## EXERCISE PROMPT
Pick every line out of the entries below that holds the string "BuildPart", and report them.

## SOURCE RECORDS
════════

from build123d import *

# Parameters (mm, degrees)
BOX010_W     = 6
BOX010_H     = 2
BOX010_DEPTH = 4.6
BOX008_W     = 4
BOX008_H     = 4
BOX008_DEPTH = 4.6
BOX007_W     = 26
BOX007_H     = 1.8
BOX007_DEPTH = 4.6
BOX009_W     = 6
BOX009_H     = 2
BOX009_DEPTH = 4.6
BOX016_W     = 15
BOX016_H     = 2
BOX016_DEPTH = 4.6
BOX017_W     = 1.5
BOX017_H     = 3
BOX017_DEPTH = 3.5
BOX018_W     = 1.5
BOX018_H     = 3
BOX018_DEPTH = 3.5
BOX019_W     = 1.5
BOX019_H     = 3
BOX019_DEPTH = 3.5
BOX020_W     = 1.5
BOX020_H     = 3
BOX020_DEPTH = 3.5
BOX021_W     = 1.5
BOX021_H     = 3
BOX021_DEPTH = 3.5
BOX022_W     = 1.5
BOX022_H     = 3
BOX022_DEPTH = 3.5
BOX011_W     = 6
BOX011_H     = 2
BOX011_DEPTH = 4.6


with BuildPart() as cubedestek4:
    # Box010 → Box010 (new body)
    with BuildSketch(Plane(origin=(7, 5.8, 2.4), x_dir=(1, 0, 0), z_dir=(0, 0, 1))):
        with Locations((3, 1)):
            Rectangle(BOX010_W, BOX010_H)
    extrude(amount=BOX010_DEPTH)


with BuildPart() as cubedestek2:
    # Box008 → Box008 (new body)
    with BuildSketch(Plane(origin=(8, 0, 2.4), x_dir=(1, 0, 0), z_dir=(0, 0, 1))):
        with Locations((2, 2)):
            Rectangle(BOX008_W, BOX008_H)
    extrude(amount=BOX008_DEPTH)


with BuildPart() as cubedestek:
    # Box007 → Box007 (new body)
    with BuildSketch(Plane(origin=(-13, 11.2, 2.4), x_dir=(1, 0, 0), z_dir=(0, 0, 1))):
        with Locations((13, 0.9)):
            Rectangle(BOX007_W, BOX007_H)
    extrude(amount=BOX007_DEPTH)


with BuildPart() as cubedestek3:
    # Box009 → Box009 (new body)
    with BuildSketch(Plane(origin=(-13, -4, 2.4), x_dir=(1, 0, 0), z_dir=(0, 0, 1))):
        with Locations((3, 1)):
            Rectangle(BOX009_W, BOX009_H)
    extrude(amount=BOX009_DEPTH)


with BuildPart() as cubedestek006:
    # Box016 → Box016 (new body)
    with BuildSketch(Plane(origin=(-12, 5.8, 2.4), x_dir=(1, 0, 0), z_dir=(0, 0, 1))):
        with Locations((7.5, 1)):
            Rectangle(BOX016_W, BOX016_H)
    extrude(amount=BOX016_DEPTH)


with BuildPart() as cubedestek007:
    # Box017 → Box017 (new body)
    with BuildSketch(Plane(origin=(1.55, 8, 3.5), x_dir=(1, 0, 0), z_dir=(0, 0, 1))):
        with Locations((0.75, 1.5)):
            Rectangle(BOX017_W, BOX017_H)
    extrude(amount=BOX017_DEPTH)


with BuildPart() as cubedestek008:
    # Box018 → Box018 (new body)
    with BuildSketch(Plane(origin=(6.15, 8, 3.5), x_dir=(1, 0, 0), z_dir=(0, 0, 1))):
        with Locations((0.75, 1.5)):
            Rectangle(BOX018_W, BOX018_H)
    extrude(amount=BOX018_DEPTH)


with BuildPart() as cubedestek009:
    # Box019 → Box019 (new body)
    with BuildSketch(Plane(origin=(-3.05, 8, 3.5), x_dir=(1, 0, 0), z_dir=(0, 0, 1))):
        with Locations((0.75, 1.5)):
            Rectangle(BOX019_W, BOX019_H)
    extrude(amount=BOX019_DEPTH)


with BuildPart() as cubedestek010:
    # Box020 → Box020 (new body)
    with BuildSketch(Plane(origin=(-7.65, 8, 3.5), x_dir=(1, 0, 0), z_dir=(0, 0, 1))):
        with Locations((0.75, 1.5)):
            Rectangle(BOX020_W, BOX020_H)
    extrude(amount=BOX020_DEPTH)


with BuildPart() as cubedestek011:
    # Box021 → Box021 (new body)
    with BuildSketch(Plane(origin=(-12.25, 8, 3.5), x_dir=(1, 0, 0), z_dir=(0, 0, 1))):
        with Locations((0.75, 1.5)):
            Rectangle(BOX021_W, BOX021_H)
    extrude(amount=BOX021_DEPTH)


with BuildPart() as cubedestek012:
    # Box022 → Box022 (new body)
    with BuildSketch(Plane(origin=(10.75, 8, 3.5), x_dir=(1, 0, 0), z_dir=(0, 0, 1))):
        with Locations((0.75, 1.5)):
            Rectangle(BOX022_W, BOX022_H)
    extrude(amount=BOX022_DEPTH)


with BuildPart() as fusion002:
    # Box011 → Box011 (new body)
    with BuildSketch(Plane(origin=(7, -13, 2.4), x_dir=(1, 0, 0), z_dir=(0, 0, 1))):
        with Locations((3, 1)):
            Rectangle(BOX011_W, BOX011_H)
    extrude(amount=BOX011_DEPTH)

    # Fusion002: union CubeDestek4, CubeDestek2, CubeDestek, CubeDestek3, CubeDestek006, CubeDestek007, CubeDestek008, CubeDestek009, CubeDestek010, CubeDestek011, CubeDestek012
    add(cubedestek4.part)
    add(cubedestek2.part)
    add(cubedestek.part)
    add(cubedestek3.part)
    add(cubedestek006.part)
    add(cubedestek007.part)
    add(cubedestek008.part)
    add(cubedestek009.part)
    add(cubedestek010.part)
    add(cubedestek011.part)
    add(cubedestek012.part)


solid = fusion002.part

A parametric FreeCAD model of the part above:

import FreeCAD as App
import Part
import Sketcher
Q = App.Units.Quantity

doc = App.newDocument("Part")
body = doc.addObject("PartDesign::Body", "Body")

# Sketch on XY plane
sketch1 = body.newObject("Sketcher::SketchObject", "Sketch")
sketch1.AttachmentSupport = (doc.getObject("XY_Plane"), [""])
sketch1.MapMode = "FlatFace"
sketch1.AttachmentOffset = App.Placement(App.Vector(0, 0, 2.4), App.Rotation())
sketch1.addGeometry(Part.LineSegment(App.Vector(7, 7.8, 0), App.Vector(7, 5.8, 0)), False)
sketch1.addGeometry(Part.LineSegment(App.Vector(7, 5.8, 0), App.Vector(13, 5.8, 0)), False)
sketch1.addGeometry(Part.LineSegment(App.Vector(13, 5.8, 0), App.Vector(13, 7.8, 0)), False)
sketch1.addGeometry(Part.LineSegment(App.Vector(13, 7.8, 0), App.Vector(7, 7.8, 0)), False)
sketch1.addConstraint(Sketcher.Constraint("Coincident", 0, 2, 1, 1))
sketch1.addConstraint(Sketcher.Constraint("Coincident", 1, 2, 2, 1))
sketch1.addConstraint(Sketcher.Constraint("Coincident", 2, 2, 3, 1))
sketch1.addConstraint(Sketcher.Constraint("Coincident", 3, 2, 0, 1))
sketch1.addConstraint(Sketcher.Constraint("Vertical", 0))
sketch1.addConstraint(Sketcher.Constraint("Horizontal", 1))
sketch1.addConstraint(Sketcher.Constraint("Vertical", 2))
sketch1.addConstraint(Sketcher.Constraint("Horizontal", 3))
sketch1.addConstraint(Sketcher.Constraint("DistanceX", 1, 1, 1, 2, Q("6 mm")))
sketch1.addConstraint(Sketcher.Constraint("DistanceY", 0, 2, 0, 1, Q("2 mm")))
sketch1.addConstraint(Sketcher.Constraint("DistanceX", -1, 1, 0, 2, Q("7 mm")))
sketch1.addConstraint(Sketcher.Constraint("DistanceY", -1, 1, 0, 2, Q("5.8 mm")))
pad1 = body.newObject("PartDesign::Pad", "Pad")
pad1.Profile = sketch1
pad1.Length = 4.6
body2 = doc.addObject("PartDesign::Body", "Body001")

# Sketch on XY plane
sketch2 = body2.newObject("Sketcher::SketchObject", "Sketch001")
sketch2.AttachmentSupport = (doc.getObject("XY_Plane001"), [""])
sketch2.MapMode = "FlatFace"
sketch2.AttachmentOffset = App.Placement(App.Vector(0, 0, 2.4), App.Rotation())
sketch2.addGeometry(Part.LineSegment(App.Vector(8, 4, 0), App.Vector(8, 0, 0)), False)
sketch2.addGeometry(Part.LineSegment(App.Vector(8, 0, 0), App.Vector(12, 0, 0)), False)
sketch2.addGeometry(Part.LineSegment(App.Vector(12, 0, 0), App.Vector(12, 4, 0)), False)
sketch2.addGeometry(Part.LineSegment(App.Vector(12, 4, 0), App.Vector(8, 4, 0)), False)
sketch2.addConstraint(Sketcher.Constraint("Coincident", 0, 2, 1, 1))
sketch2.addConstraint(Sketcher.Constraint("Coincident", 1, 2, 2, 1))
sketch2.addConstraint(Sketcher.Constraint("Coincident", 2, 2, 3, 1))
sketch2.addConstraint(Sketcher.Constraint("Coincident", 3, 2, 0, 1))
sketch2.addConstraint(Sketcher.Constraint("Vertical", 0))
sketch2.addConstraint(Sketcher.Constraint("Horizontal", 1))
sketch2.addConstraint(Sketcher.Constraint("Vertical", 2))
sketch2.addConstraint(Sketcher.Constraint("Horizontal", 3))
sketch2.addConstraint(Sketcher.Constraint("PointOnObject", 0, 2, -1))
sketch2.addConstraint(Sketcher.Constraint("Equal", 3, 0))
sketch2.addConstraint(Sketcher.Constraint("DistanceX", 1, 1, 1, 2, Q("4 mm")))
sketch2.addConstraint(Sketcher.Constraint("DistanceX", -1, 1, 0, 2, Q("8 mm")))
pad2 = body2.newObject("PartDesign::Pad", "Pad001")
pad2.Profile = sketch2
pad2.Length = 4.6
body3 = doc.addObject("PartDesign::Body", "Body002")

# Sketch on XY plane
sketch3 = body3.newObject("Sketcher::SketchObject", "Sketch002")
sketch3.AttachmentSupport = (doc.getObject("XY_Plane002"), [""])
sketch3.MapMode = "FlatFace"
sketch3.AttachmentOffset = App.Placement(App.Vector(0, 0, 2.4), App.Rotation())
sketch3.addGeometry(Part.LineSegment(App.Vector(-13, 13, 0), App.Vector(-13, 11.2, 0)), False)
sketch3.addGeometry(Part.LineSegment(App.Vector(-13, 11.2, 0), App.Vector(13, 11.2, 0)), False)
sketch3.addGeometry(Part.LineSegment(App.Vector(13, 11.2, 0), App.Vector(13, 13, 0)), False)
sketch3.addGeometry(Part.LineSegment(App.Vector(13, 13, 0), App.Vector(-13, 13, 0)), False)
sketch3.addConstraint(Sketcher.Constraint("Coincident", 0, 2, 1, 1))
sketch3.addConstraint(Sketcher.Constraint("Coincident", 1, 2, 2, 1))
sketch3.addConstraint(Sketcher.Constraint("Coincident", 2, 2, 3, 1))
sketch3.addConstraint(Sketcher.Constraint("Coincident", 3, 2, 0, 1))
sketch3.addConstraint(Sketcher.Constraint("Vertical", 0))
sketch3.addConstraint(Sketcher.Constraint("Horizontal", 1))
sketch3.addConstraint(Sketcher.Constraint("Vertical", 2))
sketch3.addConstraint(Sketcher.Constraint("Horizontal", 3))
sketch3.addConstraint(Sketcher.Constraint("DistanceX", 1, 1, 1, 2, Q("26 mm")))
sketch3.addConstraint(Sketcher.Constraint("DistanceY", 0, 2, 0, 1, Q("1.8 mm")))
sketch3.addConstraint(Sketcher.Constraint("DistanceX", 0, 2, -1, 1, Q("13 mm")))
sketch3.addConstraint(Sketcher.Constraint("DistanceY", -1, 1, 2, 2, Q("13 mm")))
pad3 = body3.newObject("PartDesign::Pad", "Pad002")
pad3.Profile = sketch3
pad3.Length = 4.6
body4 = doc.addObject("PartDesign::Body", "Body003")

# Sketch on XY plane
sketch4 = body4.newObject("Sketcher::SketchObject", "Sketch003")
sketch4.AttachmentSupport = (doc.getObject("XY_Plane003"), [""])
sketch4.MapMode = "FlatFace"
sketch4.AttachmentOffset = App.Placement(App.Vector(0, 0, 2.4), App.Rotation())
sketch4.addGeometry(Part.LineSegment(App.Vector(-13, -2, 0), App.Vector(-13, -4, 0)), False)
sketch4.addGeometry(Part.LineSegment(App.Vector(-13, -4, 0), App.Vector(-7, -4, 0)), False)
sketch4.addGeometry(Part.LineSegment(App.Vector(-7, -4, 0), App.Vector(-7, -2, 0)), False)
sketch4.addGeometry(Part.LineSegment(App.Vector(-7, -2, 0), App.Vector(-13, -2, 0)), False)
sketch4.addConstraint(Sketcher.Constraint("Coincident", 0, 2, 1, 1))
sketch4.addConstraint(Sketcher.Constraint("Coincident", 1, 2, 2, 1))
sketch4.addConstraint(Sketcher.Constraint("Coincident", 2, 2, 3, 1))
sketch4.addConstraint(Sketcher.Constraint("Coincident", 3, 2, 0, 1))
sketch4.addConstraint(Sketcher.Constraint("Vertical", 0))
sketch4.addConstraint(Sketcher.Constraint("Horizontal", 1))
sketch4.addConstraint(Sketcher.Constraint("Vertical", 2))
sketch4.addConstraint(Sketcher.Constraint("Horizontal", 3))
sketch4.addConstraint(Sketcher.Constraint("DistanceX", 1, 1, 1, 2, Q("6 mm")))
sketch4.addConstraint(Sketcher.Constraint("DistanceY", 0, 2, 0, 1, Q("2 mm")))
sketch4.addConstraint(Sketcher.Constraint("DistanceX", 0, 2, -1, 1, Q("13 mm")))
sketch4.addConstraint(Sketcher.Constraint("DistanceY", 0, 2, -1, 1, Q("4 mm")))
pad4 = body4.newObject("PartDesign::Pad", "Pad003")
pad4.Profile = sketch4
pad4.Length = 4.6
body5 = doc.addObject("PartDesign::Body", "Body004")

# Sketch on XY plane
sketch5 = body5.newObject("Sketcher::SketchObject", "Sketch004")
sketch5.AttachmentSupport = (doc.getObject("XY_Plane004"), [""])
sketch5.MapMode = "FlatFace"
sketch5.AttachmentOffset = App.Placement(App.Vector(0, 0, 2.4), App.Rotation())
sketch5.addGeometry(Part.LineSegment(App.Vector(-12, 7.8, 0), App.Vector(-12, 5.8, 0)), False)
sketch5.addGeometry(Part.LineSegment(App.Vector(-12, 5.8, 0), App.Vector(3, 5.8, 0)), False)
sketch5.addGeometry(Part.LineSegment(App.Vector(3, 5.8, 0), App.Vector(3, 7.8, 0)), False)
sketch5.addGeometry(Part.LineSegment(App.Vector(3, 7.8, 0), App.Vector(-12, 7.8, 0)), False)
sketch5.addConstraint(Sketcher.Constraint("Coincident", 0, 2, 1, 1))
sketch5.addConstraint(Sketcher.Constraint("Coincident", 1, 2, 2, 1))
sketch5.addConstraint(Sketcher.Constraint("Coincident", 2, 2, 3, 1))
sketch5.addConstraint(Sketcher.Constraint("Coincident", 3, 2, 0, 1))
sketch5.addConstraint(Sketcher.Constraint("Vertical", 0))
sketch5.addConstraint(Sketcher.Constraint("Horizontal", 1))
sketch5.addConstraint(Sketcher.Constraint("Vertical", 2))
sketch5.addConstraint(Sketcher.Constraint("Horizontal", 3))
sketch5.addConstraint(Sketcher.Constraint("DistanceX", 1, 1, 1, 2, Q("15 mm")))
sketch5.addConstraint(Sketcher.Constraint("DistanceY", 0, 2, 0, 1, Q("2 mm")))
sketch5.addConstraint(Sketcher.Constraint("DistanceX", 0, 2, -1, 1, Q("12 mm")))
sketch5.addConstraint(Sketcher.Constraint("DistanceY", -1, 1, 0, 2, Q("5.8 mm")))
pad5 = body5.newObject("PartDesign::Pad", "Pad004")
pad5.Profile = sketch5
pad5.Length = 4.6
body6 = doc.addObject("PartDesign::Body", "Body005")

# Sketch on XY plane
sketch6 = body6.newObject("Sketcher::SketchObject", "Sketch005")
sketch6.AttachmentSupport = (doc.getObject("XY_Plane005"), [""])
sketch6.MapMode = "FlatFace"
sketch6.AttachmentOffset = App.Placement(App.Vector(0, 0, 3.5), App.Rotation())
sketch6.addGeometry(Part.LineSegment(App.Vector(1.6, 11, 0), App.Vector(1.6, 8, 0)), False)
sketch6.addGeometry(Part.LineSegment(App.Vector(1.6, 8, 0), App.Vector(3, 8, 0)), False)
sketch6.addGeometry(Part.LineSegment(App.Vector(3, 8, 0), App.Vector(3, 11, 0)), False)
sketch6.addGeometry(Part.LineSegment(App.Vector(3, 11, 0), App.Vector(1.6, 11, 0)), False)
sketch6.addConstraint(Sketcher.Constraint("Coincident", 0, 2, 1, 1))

════════

## SOLUTION TO THIS EXERCISE
with BuildPart() as cubedestek4:
with BuildPart() as cubedestek2:
with BuildPart() as cubedestek:
with BuildPart() as cubedestek3:
with BuildPart() as cubedestek006:
with BuildPart() as cubedestek007:
with BuildPart() as cubedestek008:
with BuildPart() as cubedestek009:
with BuildPart() as cubedestek010:
with BuildPart() as cubedestek011:
with BuildPart() as cubedestek012:
with BuildPart() as fusion002:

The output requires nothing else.